Exercise description
Among the entries below, find the lines with the word "amount" and return them.
:: Recorded information
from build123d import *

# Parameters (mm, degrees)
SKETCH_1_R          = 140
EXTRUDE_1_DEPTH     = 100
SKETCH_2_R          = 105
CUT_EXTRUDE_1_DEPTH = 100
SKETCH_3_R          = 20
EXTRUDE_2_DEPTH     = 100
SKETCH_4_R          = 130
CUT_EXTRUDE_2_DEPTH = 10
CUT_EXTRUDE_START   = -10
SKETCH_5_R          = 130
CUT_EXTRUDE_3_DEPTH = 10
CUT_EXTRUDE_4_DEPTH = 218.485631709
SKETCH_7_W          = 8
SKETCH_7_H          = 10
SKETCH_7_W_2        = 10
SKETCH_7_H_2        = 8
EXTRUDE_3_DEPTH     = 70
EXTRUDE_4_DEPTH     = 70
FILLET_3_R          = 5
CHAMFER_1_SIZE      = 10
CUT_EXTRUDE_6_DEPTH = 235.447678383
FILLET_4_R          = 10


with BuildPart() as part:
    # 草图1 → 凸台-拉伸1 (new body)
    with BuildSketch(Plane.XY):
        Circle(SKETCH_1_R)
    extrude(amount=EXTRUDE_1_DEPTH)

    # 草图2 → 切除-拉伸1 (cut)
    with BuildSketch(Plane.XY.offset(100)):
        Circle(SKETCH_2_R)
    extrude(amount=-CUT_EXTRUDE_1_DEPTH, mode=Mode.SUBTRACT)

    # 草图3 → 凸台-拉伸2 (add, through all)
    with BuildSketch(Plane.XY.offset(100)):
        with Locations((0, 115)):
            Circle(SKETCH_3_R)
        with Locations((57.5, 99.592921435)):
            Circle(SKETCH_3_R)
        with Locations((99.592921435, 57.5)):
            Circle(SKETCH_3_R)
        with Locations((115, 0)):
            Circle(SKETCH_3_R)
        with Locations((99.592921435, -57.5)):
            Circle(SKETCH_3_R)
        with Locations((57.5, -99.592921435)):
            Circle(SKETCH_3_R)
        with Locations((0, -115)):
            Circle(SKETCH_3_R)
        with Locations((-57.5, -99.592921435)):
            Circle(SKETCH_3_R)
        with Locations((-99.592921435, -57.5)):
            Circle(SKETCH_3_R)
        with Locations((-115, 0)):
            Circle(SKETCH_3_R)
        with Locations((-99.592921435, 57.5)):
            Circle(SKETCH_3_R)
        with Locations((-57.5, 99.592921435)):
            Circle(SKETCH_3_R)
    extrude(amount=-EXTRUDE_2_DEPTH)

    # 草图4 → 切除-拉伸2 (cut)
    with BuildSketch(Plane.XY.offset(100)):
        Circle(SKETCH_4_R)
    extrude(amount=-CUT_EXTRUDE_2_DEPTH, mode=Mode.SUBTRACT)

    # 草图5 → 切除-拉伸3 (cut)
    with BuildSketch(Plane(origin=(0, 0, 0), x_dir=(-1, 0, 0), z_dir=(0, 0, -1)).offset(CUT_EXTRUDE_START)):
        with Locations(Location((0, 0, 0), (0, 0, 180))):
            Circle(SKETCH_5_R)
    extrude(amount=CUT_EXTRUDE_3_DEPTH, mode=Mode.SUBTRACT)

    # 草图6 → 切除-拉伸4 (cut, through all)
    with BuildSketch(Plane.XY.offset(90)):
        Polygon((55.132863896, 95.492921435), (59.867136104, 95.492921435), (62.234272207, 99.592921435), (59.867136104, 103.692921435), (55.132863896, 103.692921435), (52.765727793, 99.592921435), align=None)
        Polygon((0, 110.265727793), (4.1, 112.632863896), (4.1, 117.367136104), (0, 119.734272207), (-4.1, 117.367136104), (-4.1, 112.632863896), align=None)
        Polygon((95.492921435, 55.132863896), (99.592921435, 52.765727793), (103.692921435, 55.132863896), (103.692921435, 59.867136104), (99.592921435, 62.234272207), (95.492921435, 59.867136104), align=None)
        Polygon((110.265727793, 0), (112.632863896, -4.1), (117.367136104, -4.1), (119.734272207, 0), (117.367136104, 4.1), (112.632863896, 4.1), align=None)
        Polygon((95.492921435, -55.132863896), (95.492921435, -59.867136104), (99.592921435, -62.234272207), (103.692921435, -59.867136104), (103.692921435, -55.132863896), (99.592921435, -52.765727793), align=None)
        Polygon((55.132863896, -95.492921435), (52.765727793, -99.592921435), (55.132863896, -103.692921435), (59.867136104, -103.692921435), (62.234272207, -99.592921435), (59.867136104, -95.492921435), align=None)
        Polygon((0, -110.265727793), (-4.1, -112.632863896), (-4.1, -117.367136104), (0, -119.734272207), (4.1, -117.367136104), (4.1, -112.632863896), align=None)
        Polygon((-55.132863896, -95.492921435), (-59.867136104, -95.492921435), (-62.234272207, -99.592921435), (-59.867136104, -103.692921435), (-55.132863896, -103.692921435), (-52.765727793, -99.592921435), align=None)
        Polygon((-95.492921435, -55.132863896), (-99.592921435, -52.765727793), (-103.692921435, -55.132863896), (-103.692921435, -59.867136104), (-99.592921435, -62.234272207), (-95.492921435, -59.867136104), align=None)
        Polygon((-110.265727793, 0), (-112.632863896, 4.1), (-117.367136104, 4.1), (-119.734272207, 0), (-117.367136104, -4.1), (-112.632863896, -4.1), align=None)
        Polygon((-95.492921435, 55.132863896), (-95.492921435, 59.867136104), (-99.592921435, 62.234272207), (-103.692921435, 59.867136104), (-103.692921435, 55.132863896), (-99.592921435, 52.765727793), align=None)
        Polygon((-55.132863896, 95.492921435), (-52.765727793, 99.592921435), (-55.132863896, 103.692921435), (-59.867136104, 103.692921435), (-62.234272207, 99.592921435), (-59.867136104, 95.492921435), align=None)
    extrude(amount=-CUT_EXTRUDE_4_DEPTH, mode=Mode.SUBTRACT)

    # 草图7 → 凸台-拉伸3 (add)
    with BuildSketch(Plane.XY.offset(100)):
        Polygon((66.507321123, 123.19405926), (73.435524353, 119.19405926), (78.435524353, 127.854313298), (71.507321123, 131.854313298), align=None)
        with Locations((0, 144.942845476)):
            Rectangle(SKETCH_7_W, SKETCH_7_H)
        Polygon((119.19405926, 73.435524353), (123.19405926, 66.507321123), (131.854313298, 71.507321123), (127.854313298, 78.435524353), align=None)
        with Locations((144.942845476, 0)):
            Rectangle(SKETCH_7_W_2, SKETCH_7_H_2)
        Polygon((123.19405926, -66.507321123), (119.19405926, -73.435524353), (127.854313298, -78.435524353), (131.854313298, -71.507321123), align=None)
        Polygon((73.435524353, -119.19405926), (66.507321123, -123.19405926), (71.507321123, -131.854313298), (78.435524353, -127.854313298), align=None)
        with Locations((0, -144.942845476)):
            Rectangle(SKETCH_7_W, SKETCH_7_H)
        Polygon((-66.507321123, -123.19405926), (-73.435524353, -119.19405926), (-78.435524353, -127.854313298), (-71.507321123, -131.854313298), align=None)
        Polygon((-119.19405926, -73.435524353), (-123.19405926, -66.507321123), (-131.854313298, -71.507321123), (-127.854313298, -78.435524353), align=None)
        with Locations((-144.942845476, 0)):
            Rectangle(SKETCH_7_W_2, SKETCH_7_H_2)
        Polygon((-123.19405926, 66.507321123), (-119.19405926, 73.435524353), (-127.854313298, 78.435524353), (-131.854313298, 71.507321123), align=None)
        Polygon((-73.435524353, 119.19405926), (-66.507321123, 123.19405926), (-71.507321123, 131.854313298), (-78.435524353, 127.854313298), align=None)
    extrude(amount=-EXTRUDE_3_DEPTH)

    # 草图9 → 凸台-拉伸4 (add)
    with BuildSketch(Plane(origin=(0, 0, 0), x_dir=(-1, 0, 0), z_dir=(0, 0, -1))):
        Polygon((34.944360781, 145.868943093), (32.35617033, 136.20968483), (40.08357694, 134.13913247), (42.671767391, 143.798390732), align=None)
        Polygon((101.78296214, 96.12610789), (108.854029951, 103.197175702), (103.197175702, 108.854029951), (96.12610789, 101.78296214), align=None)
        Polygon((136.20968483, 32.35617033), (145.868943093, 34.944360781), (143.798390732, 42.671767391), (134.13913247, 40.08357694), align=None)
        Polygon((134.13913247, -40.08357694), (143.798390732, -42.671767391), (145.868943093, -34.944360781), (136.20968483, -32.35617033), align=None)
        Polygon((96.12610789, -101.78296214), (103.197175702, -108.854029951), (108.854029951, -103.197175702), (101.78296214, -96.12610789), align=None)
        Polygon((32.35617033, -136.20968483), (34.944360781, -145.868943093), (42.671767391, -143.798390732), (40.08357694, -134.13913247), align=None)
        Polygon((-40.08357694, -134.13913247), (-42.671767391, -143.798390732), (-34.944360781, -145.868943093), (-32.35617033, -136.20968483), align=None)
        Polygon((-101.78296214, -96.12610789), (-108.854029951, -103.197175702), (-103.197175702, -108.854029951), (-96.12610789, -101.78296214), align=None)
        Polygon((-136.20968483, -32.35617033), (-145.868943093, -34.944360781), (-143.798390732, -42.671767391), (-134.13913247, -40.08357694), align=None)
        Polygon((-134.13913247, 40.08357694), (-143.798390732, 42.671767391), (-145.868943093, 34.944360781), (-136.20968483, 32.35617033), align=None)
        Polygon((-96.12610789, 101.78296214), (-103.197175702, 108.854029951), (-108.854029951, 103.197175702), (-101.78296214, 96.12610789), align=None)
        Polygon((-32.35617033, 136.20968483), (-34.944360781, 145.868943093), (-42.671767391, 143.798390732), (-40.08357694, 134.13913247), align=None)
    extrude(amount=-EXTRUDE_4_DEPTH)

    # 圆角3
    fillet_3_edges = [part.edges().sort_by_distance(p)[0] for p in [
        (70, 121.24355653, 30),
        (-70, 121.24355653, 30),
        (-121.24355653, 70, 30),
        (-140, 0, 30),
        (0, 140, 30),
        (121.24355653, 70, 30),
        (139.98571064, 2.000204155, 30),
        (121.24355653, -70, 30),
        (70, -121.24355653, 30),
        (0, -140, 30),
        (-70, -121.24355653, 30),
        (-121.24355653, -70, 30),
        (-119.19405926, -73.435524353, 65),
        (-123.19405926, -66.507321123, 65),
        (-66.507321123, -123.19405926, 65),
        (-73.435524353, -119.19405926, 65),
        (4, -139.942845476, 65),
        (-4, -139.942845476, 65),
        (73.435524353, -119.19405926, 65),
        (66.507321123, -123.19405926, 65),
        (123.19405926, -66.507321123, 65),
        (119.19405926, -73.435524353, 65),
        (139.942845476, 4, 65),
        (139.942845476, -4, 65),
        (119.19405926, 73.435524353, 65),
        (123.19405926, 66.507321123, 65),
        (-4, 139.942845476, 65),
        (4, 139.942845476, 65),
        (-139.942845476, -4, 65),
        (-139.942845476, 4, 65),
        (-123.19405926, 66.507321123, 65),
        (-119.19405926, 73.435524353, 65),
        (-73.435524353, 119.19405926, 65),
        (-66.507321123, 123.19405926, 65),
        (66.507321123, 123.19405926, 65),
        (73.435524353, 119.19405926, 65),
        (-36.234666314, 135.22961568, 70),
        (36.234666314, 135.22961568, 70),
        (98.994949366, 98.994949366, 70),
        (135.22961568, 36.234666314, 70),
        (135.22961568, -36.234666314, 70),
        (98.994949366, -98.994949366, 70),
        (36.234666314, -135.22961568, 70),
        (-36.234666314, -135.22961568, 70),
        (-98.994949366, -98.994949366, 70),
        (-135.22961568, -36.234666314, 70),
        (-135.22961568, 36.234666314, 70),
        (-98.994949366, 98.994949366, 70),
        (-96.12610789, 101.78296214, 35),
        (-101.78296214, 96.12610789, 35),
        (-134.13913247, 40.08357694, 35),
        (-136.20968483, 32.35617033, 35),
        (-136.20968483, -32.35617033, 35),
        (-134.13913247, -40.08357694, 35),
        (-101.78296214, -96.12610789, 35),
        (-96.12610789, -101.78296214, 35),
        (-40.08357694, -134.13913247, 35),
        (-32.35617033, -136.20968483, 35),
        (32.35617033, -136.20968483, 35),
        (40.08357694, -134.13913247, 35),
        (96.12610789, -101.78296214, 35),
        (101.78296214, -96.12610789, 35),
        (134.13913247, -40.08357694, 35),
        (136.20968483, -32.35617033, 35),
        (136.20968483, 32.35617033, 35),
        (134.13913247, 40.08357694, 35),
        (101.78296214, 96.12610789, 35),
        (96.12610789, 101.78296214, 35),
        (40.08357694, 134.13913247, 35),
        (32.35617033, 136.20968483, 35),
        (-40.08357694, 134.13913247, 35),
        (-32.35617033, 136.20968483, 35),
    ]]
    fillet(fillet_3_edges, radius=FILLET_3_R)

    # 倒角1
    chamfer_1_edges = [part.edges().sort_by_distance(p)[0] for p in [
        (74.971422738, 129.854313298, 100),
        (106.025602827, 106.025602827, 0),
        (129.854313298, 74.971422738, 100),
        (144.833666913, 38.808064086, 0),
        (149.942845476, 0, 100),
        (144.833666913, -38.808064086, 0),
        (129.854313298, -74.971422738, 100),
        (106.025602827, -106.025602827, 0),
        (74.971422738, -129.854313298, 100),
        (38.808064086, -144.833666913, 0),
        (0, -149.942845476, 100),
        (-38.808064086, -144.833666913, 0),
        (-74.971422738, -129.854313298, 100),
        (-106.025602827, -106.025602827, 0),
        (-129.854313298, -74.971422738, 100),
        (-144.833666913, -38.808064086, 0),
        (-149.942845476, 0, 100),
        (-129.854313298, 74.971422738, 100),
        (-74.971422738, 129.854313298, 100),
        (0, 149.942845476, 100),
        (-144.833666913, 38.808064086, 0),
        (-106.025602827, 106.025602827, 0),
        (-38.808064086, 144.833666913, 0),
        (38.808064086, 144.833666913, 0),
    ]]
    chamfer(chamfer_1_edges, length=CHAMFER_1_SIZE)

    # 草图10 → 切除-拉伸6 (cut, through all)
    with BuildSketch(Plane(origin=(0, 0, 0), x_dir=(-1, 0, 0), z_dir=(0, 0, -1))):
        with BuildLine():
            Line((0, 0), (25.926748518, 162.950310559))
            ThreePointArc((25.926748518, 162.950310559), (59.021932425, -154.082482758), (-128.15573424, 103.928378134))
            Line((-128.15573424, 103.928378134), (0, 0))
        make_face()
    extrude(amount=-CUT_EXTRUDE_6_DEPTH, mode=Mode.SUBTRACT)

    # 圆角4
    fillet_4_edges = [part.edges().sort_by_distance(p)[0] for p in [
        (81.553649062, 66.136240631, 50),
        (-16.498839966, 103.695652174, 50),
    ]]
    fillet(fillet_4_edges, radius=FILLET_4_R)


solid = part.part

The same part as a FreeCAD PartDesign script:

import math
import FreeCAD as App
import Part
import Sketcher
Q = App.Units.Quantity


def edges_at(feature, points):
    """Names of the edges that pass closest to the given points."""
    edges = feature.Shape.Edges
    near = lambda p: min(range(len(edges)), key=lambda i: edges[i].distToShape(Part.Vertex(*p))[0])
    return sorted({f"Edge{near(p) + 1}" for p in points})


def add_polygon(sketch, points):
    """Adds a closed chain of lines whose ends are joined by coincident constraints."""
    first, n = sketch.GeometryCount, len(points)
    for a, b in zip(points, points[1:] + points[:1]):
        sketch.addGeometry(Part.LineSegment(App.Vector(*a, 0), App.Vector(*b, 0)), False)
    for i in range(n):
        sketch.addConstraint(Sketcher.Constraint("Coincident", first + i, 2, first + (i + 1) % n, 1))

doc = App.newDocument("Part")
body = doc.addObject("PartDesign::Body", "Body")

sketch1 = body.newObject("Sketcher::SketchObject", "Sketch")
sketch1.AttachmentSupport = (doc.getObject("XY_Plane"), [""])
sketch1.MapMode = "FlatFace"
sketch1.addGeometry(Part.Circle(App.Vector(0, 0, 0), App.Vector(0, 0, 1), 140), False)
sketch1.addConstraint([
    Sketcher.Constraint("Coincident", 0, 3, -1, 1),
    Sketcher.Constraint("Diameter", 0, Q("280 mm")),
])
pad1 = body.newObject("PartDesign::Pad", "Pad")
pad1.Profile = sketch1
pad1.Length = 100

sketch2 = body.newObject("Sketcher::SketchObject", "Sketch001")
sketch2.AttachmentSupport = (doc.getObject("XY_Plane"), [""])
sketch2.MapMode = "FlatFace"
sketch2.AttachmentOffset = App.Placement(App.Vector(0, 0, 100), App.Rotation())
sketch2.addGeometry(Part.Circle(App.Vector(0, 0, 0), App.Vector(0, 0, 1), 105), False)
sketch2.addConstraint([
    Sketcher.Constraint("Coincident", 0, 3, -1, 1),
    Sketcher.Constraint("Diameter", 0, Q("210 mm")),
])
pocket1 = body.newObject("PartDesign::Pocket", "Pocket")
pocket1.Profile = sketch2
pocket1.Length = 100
::::
Finished task
    extrude(amount=EXTRUDE_1_DEPTH)
    extrude(amount=-CUT_EXTRUDE_1_DEPTH, mode=Mode.SUBTRACT)
    extrude(amount=-EXTRUDE_2_DEPTH)
    extrude(amount=-CUT_EXTRUDE_2_DEPTH, mode=Mode.SUBTRACT)
    extrude(amount=CUT_EXTRUDE_3_DEPTH, mode=Mode.SUBTRACT)
    extrude(amount=-CUT_EXTRUDE_4_DEPTH, mode=Mode.SUBTRACT)
    extrude(amount=-EXTRUDE_3_DEPTH)
    extrude(amount=-EXTRUDE_4_DEPTH)
    extrude(amount=-CUT_EXTRUDE_6_DEPTH, mode=Mode.SUBTRACT)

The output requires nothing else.